Now, let's test a hello world flask application:
import sys from flask import Flask app = Flask(__name__) @app.route('/') def hello_world(): print_allocations(15) return 'Hello, World!'
./python -m flask run
ab -n 100 http://127.0.0.1:5000/
After processing 100 HTTP requests statistics looks as follows:
Type str, allocs: 192649, deallocs: 138892, max: 54320, alive: 53757 Type frame, allocs: 191752, deallocs: 191714, max: 158, alive: 38 Type tuple, allocs: 183474, deallocs: 150069, max: 33581, alive: 33405 Type int, allocs: 85154, deallocs: 81100, max: 4115, alive: 4054 Type bytes, allocs: 31671, deallocs: 14331, max: 17381, alive: 17340 Type list, allocs: 29846, deallocs: 27541, max: 2415, alive: 2305 Type builtin_function_or_method, allocs: 28525, deallocs: 27572, max: 957, alive: 953 Type dict, allocs: 19900, deallocs: 14800, max: 5280, alive: 5100 Type method, allocs: 15170, deallocs: 15105, max: 74, alive: 65 Type function, allocs: 14761, deallocs: 7086, max: 7711, alive: 7675 Type slice, allocs: 12521, deallocs: 12521, max: 1, alive: 0 Type list_iterator, allocs: 10795, deallocs: 10795, max: 35, alive: 0 Type code, allocs: 9849, deallocs: 1749, max: 8107, alive: 8100 Type tuple_iterator, allocs: 8938, deallocs: 8938, max: 4, alive: 0 Type float, allocs: 6033, deallocs: 5889, max: 152, alive: 144
With all the requests, a Python interpreter running a simple flask application has allocated 847 261 objects in total. Most of them were temporal (714 336) and deallocated after they are no longer needed. The rest (132 925) are still alive.
Frame and code objects
There are a lot of code and frame objects in the example above. Why do we need them?

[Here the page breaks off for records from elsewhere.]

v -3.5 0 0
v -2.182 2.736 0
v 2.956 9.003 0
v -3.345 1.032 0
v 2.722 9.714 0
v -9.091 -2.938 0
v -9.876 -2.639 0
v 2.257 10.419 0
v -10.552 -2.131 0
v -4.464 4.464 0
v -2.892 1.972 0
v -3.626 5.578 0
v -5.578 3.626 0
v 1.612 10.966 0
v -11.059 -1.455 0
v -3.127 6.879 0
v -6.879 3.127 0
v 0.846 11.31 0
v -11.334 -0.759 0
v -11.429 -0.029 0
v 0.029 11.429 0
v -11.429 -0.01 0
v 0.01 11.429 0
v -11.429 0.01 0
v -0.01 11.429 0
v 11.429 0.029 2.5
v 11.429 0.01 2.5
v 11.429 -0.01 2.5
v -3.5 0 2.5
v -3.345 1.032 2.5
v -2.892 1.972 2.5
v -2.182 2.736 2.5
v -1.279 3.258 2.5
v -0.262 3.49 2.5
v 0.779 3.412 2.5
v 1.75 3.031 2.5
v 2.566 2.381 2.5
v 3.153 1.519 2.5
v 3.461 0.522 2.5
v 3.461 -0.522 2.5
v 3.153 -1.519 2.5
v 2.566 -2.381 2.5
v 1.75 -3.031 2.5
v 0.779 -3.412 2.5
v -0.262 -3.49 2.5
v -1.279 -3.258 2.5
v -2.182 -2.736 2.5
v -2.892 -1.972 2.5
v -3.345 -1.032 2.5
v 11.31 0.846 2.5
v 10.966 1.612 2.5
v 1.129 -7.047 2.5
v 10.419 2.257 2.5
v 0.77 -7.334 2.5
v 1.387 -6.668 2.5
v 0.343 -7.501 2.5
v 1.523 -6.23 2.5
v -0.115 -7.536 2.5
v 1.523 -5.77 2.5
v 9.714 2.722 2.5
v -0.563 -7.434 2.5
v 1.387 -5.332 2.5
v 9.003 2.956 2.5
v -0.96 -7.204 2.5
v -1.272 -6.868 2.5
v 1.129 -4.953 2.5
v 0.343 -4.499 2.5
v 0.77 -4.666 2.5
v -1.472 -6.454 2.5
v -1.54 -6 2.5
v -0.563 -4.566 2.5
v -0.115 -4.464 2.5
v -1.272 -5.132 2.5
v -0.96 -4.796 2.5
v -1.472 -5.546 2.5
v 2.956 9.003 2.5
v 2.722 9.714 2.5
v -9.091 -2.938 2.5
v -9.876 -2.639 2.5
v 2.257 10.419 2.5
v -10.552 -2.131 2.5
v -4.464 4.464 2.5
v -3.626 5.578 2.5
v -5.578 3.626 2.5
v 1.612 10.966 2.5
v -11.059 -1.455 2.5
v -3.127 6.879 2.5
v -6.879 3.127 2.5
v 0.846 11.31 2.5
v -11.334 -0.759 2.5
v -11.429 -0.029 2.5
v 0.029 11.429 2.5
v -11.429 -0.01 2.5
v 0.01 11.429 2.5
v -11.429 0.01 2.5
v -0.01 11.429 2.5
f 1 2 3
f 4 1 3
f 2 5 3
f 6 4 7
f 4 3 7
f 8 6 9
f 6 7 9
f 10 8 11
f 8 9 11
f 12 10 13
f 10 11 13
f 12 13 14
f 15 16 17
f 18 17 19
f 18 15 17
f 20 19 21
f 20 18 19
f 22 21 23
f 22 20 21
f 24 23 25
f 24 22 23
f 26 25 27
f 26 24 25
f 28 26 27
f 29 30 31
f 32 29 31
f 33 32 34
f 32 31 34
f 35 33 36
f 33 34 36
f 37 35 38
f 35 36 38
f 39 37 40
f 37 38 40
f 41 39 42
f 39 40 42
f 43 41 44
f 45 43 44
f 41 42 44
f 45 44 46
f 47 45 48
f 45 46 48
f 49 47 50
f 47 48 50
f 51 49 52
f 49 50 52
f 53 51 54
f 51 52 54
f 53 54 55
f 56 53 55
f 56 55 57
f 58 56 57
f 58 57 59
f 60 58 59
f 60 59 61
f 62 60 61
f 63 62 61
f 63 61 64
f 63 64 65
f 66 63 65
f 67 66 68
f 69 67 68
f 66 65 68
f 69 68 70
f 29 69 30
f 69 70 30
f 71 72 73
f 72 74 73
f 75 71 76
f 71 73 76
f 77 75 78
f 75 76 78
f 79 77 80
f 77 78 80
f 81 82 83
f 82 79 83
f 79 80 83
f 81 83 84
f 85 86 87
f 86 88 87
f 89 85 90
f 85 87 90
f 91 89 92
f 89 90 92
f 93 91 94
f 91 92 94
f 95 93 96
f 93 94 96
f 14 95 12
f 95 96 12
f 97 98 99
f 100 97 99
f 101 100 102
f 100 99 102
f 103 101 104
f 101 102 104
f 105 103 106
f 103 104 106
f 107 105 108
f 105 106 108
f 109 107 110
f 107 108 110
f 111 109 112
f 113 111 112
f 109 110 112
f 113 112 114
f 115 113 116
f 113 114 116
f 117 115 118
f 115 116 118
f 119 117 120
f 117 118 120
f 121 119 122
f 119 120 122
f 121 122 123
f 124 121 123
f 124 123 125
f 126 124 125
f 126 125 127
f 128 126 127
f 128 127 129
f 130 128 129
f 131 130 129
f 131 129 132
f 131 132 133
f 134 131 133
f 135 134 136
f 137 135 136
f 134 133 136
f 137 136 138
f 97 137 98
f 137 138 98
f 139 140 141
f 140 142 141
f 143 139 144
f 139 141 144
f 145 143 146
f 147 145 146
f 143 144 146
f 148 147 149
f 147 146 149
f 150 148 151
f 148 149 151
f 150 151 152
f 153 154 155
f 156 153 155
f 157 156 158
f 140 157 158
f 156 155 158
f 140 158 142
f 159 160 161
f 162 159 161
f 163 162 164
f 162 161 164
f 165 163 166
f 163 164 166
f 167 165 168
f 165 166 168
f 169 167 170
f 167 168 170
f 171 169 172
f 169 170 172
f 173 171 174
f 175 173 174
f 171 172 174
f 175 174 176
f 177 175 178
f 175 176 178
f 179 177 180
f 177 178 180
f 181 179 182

In short, each code object stores a block of compiled code, furthermore frame object represents a call stack. In Python, the most popular block is a function. Every function definition creates a code object, and every function execution requires a unique frame object, where Python stores local variables. Apart from local variables, each frame object may allocate tens of auxiliary objects.
From where do all these allocations come?
Python has a very dynamic nature which comes at a cost. In order to support many features at runtime, it allocates a lot of auxiliary objects.
For example, I found out that a simple function definition allocates at least five dictionaries, five tuples, and four lists that live until the end of a Python process. In turn, all these objects allocate its members, e.g., integers, floats, and strings. An ordinary class definition may allocate hundreds of container objects. Unfortunately, it's hard to tell precise numbers since I didn't find an easy way to measure it automatically.
To speed up and provide fast performance when allocating objects, Python has a variety of optimizations that improve object allocation.
Sometimes it's good to know how many unnecessary (for a Python user) but interesting details Python hides from us.